In stark contrast to the elegant and simple Shoin-zukuri architecture of the Samurai, we went for lunch at Kyoto Station. The station is home to an ultra modern complex called the Cube, fifteen floors of restaurants and boutiques that cater for every whim. The architecture is indescribably slick, with a large expanse of open air space that consists of stairs and escalators that ascend up to the 15 floor observatory point. We discovered that it easy to lost in here, every corridor seems to take you back to the astonishing view of Kyoto Tower. What was becoming very clear as we travelled around Kyoto was just how much there was to do. The city boasts 17 UNESCO World Heritage sites, more than 1600 Buddhist Temples and in excess of 400 Shinto Shrines. And we had five days. In that time we made a decent stab at covering as much ground as possible. We did many of the obvious choices such as the district of Ginza which is renowned for it’s Geisha’s. I thought I saw one, laboured over the obligatory photos and then found out that she was actually a tourist from Canada. The photos are good (as in enough) though so maybe I’ll just keep quiet on that one. Whilst Ginza is supposedly best visited in the evening when the Geisha’s are out, I found it really rewarding to visit there very early in the morning, when most people were still asleep.

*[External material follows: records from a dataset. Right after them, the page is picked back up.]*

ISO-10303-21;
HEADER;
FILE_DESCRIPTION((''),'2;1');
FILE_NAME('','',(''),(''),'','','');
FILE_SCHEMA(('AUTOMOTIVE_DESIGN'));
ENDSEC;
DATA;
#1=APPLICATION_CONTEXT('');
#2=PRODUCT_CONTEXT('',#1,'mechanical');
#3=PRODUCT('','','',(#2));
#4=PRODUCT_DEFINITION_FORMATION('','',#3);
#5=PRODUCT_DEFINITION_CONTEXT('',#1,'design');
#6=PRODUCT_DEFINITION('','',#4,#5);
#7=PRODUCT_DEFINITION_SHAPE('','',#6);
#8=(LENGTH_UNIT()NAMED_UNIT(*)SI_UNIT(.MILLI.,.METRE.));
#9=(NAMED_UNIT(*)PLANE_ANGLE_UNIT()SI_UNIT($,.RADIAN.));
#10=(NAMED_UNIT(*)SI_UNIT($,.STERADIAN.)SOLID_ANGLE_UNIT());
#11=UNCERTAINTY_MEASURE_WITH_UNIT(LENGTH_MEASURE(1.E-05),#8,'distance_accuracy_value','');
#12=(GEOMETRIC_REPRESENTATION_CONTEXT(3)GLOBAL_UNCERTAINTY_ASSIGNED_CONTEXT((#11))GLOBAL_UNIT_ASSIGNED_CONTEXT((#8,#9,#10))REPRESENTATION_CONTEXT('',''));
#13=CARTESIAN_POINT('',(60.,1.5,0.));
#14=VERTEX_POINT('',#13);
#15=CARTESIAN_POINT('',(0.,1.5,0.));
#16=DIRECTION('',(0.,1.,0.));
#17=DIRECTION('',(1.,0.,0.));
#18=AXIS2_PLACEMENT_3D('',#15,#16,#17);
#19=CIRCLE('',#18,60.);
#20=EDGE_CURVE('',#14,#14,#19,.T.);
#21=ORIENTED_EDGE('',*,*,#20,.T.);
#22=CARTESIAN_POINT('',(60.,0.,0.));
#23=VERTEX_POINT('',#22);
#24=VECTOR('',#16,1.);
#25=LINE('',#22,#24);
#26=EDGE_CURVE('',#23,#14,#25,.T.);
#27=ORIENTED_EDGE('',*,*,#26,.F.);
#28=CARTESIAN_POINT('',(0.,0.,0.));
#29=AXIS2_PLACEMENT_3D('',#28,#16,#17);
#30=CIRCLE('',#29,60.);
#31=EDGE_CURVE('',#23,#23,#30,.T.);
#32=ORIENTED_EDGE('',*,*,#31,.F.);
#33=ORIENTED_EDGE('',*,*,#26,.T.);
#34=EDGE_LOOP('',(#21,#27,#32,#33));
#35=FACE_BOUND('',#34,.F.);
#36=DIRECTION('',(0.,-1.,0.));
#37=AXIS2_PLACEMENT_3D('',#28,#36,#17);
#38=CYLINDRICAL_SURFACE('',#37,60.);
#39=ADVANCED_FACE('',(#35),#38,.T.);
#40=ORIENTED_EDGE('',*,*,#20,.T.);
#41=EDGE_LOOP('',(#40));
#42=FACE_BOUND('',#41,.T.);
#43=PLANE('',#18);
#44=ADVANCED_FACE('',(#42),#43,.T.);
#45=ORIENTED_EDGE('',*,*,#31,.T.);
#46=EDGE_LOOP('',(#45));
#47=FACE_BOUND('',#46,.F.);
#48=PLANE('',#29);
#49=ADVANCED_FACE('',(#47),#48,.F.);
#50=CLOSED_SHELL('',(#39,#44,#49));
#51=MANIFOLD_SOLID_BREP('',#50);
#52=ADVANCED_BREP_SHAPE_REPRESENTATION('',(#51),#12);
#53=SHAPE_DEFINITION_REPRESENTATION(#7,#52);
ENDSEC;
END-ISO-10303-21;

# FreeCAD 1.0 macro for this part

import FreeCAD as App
import Part
import Sketcher
from FreeCAD import Vector
Q = App.Units.Quantity

doc = App.newDocument("Part")
body = doc.addObject("PartDesign::Body", "Body")

# Sketch on XZ plane
sketch1 = doc.addObject("Sketcher::SketchObject", "Sketch")
body.addObject(sketch1)
sketch1.AttachmentSupport = (doc.XZ_Plane, [""])
sketch1.MapMode = "FlatFace"
sketch1.addGeometry(Part.Circle(Vector(0, 0, 0), Vector(0, 0, 1), 60), False)
sketch1.addConstraint([
    Sketcher.Constraint("Coincident", 0, 3, -1, 1),
    Sketcher.Constraint("Diameter", 0, Q("120 mm")),
])
pad1 = doc.addObject("PartDesign::Pad", "Pad")
body.addObject(pad1)
pad1.Profile = sketch1
pad1.Length = 1.5
pad1.Reversed = True

doc.recompute()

The streets are practically abandoned and we spent a few hours exploring cobble roads and Shinmonzen Minami-dori, “arguably the most beautiful street in all of Asia,” if you believe the hype in the Lonely Planet. It is a very tranquil and beautiful place, but I was a little under whelmed after reading such an exuberant write up. To be fair, it is the middle of winter here and I imagine that in spring and autumn it must be magnificent.

Among the other temples we visited were Fushimi - Inari Taisha, a Shinto shrine best known for it’s thousands of Torii’s (vermillion gateways that mark the entrance to a Shinto Shrine) and dozens of stone foxes. The Shrine is dedicated to the gods of rice and sake, whilst the fox is the messenger of Inari, the God of cereal grains. Another highlight was the village and shrines of Arashiyama, which lie at the base of Kyoto’s western mountain range. To recount all the temples we saw would make for tedious reading and writing, suffice to say that with a year in Kyoto, there would still be much that was missed. After our two days of posh accommodation we moved into an 8 bed dorm and had our first and last experience of shared rooms. It is amusing how inconsiderate fellow travellers can be to each other (travelling is a purely selfish and indulgent occupation after all) and after a couple of nights of tripping over other peoples water bottles and the stale morning air created by sixteen slumbering lungs we were glad to be going again. We were also a little sad though, Kyoto has slipped by so quickly and Tokyo lay before us. It is our last destination. Ten months of travel has gone by since we left London. In some ways it doesn’t even feel like ten days.

Friday 1 January 2010

Fukuoaka Five: Images from Fukuoka City

1) Prayer Tablets at Kusihida Shrine. Most of them are in Japanese and this one took me by surprise.

2 (Above): Nihon-teien Japanese Garden. Stone, water and sand all combine in these beautiful gardens which appear to have been effortlessly sculpted. The gardens are elegant and tranquil, especially on a late winters afternoon when you are the only one daft enough to be out in the cold.

3: A hundred metres away from the ultra modern Canal City complex lie a handful of traditional style Yatai (food stalls). After pulling back the plastic sheeting and taking a seat on the wooden benches you can savour ramen and kebabs, with sake or beer optional.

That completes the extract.